Может быть, именно это сходство в натуре и в стиле влекло Свифта и Руссо к произведениям Тассо, а Галлеру, суровому Галлеру, внушало симпатию к фантастическим и в высшей степени безнравственным сочинениям Свифта. По той же причине Ампер восторгался странностями Руссо, а Бодлер подражал Поэ, сочинения которого даже перевел на французский язык, и боготворил Гофмана.
10) Почти все они глубоко страдали от религиозных сомнений, которые невольно представлялись их уму, между тем как чуткая совесть и страдающее сердце заставляли считать такие сомнения преступлениями. Тассо, например, мучился от одного только опасения, что он еретик. Ампер часто говорил, что сомнения – самая ужасная пытка для человека. Галлер писал в своем дневнике: «Боже мой! Пошли мне хоть одну каплю веры; разум мой верит в тебя, но сердце не разделяет этой веры – вот в чем мое преступление». Ленау жаловался в последние годы своей жизни: «В те часы, когда у меня особенно сильно развивается болезнь сердца, мысль о Боге оставляет меня». По мнению критиков, он воплотил мучившие его сомнения в герое своей поэмы «Савонарола».

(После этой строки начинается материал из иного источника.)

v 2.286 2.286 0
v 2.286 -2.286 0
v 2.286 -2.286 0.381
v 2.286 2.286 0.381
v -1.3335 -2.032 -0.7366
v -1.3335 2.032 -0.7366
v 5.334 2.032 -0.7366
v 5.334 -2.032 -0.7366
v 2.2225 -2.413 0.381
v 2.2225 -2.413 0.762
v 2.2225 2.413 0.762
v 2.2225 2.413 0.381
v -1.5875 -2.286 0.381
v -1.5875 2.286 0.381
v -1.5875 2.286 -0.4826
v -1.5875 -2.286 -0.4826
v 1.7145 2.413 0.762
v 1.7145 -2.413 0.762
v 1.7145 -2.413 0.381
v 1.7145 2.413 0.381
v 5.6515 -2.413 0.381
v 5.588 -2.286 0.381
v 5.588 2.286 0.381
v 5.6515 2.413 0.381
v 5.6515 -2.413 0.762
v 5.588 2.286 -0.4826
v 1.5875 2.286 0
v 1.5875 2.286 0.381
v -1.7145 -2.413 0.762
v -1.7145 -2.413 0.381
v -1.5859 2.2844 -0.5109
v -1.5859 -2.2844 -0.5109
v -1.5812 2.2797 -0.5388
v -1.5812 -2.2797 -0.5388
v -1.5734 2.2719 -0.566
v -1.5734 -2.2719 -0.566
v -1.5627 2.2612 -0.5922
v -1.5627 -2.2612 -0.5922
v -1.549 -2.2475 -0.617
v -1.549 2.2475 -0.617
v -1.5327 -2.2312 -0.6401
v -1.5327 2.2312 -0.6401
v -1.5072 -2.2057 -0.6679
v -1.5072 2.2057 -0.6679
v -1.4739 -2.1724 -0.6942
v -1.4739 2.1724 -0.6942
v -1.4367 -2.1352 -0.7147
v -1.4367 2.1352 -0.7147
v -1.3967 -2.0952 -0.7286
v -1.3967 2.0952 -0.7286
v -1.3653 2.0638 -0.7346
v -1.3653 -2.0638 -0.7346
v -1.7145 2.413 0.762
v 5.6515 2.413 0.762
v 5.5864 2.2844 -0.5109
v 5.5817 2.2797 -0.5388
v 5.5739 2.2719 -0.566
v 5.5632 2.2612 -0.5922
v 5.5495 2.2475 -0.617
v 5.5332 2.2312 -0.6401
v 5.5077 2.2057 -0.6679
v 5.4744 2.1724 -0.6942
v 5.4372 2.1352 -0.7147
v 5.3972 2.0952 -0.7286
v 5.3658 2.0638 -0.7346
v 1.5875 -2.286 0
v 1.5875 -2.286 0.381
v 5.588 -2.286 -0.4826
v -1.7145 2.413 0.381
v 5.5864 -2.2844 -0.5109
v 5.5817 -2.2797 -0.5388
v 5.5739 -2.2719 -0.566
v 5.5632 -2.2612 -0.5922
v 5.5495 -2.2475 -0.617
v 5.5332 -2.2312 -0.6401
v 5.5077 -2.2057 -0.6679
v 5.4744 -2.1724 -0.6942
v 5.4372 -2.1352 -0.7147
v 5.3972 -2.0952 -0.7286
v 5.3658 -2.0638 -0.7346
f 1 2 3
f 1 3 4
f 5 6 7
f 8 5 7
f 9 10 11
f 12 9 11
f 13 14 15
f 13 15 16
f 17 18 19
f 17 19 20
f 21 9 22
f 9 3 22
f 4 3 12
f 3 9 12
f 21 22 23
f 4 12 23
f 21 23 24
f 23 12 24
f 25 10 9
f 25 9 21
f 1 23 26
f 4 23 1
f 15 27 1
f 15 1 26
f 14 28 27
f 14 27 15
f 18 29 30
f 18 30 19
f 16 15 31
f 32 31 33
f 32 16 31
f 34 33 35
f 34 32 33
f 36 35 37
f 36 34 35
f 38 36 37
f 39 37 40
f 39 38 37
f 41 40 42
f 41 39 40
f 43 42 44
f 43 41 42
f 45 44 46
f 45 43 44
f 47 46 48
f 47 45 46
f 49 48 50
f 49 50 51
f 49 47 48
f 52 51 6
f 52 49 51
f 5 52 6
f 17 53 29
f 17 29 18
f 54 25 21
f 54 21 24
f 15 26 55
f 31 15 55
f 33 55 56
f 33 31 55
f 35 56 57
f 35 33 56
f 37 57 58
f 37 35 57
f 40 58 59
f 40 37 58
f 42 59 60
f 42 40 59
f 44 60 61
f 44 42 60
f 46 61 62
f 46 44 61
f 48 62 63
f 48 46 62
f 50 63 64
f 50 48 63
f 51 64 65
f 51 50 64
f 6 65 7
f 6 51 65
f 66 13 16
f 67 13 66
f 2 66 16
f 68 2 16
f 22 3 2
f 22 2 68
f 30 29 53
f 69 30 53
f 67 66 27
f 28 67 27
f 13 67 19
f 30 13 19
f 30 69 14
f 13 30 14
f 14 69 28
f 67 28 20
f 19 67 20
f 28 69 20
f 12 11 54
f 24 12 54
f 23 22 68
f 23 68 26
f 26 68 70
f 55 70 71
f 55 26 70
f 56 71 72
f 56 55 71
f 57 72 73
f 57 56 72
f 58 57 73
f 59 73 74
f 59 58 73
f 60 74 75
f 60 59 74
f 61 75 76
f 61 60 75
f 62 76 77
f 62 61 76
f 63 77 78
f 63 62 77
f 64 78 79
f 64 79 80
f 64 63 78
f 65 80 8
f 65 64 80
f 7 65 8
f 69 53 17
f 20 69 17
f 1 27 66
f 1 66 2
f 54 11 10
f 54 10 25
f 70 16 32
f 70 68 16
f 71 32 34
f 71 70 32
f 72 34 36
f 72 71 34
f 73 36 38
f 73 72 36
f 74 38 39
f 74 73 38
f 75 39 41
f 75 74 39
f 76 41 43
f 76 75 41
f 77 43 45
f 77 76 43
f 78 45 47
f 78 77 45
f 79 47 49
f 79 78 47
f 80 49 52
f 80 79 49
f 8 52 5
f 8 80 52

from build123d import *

# Parameters (mm, degrees)
SKETCH2_W             = 3.175
SKETCH2_H             = 4.572
BOSS_EXTRUDE1_DEPTH   = 0.762
SKETCH2_W_2           = 3.302
BOSS_EXTRUDE1_2_DEPTH = 0.762
BOSS_EXTRUDE2_DEPTH   = 0.7366
FILLET1_R             = 0.254
SKETCH4_W             = 3.429
SKETCH4_H             = 4.826
BOSS_EXTRUDE3_DEPTH   = 0.381


with BuildPart() as part:
    # Sketch2 → Boss-Extrude1 (new body)
    with BuildSketch(Plane.XY):
        Rectangle(SKETCH2_W, SKETCH2_H)
    extrude(amount=BOSS_EXTRUDE1_DEPTH)



with BuildPart() as body_2:
    # Sketch2 → Boss-Extrude1 2 (new body)
    with BuildSketch(Plane.XY):
        with Locations((3.937, 0)):
            Rectangle(SKETCH2_W_2, SKETCH2_H)
    extrude(amount=BOSS_EXTRUDE1_2_DEPTH)


with BuildPart() as part_1:
    add(part.part)

    add(body_2.part)  # Boss-Extrude2 merges body 2
    # Sketch3 → Boss-Extrude2 (add)
    with BuildSketch(Plane.XY):
        Polygon((-1.5875, -2.286), (1.5875, -2.286), (2.286, -2.286), (5.588, -2.286), (5.588, 2.286), (2.286, 2.286), (1.5875, 2.286), (-1.5875, 2.286), align=None)
    extrude(amount=-BOSS_EXTRUDE2_DEPTH)

    # Fillet1
    fillet1_edges = [part_1.edges().sort_by_distance(p)[0] for p in [
        (2.00025, 2.286, -0.7366),
        (5.588, 0, -0.7366),
        (2.00025, -2.286, -0.7366),
        (-1.5875, 0, -0.7366),
    ]]
    fillet(fillet1_edges, radius=FILLET1_R)

    # Sketch4 → Boss-Extrude3 (add)
    with BuildSketch(Plane.XY.offset(0.762)):
        Rectangle(SKETCH4_W, SKETCH4_H)
        with Locations((3.937, 0)):
            Rectangle(SKETCH4_W, SKETCH4_H)
    extrude(amount=-BOSS_EXTRUDE3_DEPTH)


solid = part_1.part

11) Далее, все психически больные гении без исключения чрезвычайно много занимаются своим собственным я и намеренно выставляют на вид свое ненормальное состояние, как будто стараясь этим признанием оправдать свои нелепые поступки.
Очень естественно, что при своем громадном уме и замечательной наблюдательности они наконец убеждались в своей ненормальности и глубоко страдали от этого. Все люди охотно говорят о себе, но в особенности – помешанные, которые в этом случае делаются положительно красноречивыми (подобный пример мы увидим в приложении – это автобиография помешанного); но какой же силы должно достигать это красноречие, когда к безумию присоединяется гениальность! Жгучие, пламенные страницы выливаются у таких писателей, едва только они заговорят о своих страданиях; настоящие перлы френопатической поэзии выходят иногда из-под их пера, но зачастую личность автора выставляется при этом далеко не в выгодном свете. Кардано написал кроме своей автобиографии несколько поэм, сюжетом которых служат его несчастья, и статью «О сновидениях», почти исключительно наполненную только описаниями виденных им снов и представлявшихся ему галлюцинаций. Поэмы Уитмена – не что иное, как его собственная биография, изложенная стихами, что он и сам подтвердил отчасти, сказав: «Тема для гимна взята маленькая, но она же и самая большая… я сам». В этом гимне описывается ребенок, которому достаточно было увидеть что-нибудь – облако, овцу, камень, пьяных стариков, – чтобы тотчас же вообразить и себя самого облаком, камнем и пр. Этот ребенок и есть сам Уитмен. Руссо в своей «Исповеди», «Диалогах» и «Reveries», как Мюссе в «Признаниях», а Гофман в своем «Крейслере», [171] в сущности, только описывали самих себя и свое безумие.
171
Подобно Гофману, Крейслер поглощен какими-то сумасбродными идеалами, вечно враждовал с действительностью и кончил сумасшествием.